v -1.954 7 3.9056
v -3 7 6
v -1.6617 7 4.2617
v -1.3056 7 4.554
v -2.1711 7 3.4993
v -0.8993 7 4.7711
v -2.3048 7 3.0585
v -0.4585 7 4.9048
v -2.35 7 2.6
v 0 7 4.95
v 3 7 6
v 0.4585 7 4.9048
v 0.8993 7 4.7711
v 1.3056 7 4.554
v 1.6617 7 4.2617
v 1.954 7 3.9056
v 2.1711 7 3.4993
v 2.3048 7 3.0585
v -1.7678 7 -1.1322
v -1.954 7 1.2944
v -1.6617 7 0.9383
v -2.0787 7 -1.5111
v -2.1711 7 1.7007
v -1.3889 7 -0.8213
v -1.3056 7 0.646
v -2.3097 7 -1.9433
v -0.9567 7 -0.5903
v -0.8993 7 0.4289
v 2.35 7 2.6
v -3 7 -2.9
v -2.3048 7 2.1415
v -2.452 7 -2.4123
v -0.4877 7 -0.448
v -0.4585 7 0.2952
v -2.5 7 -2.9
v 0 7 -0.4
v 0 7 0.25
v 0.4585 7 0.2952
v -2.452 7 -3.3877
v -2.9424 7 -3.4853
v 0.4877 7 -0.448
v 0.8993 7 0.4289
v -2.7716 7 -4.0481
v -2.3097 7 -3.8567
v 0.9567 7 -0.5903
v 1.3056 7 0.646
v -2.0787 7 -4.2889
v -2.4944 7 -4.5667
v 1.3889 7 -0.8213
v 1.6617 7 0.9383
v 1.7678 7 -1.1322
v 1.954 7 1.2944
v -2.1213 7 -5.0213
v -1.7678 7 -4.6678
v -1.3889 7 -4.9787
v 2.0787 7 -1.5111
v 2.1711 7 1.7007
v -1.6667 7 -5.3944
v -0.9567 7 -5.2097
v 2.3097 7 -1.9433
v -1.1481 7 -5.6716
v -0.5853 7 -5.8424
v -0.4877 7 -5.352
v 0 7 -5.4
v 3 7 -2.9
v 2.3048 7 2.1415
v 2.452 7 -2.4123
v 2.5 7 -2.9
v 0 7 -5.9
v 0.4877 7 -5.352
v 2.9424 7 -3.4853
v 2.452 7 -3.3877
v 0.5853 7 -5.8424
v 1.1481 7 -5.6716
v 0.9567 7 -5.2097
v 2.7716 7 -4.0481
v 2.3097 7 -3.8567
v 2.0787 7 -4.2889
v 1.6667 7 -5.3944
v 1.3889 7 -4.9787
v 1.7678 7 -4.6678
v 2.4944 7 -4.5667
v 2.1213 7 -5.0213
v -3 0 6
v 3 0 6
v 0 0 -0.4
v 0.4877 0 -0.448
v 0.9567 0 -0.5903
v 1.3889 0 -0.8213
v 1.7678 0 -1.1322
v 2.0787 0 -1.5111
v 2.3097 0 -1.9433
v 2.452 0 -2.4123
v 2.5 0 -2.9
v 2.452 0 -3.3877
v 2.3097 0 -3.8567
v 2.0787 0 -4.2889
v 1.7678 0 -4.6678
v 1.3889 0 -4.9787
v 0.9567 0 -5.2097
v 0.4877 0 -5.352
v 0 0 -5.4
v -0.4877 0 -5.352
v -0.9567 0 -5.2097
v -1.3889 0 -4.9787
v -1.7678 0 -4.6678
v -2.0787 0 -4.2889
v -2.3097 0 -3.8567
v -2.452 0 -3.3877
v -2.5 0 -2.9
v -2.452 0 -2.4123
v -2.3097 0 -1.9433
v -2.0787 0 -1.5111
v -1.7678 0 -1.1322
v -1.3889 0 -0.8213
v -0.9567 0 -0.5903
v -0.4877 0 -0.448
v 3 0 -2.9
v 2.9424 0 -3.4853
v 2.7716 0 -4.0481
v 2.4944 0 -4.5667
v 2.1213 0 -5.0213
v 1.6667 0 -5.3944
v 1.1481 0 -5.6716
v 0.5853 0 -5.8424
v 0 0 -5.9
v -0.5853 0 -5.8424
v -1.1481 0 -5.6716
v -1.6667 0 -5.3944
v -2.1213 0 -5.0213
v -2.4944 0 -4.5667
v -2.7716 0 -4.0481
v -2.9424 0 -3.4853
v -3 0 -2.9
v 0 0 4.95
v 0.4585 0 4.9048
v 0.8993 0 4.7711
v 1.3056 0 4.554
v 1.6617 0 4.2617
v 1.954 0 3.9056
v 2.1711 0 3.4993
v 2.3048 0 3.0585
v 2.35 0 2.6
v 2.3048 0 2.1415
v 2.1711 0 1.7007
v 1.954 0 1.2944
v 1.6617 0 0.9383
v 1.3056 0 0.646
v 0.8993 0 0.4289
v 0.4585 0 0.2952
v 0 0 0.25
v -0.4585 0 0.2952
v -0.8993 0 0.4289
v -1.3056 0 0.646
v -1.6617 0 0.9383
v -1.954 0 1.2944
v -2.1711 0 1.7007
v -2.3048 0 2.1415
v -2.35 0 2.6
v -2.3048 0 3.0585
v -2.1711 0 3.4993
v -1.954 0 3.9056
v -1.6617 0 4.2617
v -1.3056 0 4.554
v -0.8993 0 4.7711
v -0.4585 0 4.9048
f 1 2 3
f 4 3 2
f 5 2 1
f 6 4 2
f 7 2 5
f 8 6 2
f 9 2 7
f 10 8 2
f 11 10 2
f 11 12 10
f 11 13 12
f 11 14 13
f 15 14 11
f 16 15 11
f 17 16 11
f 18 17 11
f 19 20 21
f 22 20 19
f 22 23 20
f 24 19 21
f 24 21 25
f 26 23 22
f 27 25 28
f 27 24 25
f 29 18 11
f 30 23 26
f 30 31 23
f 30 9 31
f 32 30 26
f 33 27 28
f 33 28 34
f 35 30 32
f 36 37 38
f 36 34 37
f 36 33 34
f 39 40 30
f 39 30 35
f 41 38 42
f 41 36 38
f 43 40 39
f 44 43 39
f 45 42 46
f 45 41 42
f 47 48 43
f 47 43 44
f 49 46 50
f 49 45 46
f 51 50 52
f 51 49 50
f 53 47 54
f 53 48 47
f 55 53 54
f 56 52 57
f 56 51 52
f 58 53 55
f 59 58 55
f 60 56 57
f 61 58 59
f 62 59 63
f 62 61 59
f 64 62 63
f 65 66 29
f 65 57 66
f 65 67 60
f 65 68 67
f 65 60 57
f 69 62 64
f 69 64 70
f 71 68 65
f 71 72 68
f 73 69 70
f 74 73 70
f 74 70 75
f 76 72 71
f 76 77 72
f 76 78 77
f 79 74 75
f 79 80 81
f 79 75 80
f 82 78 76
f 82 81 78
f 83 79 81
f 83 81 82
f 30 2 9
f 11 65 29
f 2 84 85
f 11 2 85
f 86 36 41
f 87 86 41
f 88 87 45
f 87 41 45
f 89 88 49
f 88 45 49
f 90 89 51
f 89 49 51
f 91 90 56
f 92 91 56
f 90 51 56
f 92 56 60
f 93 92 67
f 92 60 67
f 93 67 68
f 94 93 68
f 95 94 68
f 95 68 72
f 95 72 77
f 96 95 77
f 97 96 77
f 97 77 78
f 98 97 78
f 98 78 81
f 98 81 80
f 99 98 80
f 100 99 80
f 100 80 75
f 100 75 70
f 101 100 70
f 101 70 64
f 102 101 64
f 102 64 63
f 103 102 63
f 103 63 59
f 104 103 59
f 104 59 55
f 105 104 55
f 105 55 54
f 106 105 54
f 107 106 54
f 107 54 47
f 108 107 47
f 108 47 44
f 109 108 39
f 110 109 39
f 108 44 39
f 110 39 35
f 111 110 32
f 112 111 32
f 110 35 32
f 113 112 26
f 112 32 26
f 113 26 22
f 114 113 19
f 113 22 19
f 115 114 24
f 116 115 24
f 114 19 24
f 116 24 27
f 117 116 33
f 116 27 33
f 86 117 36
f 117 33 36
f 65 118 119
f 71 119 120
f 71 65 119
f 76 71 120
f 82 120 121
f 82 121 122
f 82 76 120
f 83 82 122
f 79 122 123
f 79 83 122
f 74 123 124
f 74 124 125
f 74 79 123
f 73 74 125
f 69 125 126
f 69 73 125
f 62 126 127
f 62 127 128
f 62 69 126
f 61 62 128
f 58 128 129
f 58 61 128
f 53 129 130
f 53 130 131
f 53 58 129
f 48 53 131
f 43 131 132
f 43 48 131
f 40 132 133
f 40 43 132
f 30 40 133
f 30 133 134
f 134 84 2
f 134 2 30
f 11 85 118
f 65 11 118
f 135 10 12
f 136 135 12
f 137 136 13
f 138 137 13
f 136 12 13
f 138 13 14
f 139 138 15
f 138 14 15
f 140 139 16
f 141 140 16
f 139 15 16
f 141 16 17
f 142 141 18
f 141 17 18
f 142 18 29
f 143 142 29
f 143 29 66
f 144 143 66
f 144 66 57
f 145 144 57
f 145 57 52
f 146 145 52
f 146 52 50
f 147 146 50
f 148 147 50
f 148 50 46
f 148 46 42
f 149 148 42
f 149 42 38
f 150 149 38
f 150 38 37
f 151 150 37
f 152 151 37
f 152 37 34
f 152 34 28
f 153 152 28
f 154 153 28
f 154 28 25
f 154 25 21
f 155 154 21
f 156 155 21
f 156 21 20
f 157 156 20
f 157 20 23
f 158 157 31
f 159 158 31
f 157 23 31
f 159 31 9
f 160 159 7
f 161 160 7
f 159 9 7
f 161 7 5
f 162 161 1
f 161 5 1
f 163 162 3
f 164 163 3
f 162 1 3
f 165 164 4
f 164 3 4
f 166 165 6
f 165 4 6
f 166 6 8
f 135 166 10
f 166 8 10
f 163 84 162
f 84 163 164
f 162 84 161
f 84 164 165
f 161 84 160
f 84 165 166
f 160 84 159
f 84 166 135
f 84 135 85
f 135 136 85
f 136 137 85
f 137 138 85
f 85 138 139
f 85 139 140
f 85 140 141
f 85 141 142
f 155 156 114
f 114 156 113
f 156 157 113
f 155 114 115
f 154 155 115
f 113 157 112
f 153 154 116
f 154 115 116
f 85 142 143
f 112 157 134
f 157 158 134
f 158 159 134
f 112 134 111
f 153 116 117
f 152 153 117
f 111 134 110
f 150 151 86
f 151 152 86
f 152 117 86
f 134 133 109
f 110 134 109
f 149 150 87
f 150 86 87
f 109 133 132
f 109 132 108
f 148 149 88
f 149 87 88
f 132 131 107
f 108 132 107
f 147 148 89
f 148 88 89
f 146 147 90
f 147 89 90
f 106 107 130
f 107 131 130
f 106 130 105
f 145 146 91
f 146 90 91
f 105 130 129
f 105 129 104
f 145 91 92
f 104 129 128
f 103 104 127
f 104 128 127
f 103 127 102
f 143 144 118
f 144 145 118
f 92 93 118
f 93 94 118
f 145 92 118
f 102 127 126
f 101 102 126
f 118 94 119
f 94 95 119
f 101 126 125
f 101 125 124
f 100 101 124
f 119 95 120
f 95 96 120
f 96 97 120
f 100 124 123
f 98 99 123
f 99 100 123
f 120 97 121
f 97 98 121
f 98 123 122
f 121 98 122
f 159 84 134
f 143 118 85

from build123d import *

# Parameters (mm, degrees)
SKETCH4_W           = 6
SKETCH4_H           = 12
BOSS_EXTRUDE2_DEPTH = 7
SKETCH5_R           = 2.35
SKETCH5_R_2         = 2.5
CUT_EXTRUDE2_DEPTH  = 10.695359715
CUT_EXTRUDE3_DEPTH  = 10.695359715


with BuildPart() as part:
    # Sketch4 → Boss-Extrude2 (new body)
    with BuildSketch(Plane(origin=(0, 0, 0), x_dir=(1, 0, 0), z_dir=(0, 1, 0))):
        Rectangle(SKETCH4_W, SKETCH4_H)
    extrude(amount=BOSS_EXTRUDE2_DEPTH)

    # Sketch5 → Cut-Extrude2 (cut, through all)
    with BuildSketch(Plane(origin=(0, 7, 0), x_dir=(1, 0, 0), z_dir=(0, 1, 0))):
        with Locations(Location((0, -2.6, 0), (0, 0, 270))):
            Circle(SKETCH5_R)
        with Locations(Location((0, 2.9, 0), (0, 0, 270))):
            Circle(SKETCH5_R_2)
    extrude(amount=-CUT_EXTRUDE2_DEPTH, mode=Mode.SUBTRACT)

    # Sketch7 → Cut-Extrude3 (cut, through all)
    with BuildSketch(Plane(origin=(0, 7, 0), x_dir=(1, 0, 0), z_dir=(0, 1, 0))):
        with BuildLine():
            Line((-3, 2.9), (-3, 6))
            Line((-3, 6), (3, 6))
            Line((3, 6), (3, 2.9))
            ThreePointArc((3, 2.9), (0, 5.9), (-3, 2.9))
        make_face()
    extrude(amount=-CUT_EXTRUDE3_DEPTH, mode=Mode.SUBTRACT)


solid = part.part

--*--

Task prompt » All lines above from the one holding "f 53 129 130" to the one holding "f 164 163 3", inclusive, are to be copied exactly; no other line is wanted.

Result below »
f 53 129 130
f 53 130 131
f 53 58 129
f 48 53 131
f 43 131 132
f 43 48 131
f 40 132 133
f 40 43 132
f 30 40 133
f 30 133 134
f 134 84 2
f 134 2 30
f 11 85 118
f 65 11 118
f 135 10 12
f 136 135 12
f 137 136 13
f 138 137 13
f 136 12 13
f 138 13 14
f 139 138 15
f 138 14 15
f 140 139 16
f 141 140 16
f 139 15 16
f 141 16 17
f 142 141 18
f 141 17 18
f 142 18 29
f 143 142 29
f 143 29 66
f 144 143 66
f 144 66 57
f 145 144 57
f 145 57 52
f 146 145 52
f 146 52 50
f 147 146 50
f 148 147 50
f 148 50 46
f 148 46 42
f 149 148 42
f 149 42 38
f 150 149 38
f 150 38 37
f 151 150 37
f 152 151 37
f 152 37 34
f 152 34 28
f 153 152 28
f 154 153 28
f 154 28 25
f 154 25 21
f 155 154 21
f 156 155 21
f 156 21 20
f 157 156 20
f 157 20 23
f 158 157 31
f 159 158 31
f 157 23 31
f 159 31 9
f 160 159 7
f 161 160 7
f 159 9 7
f 161 7 5
f 162 161 1
f 161 5 1
f 163 162 3
f 164 163 3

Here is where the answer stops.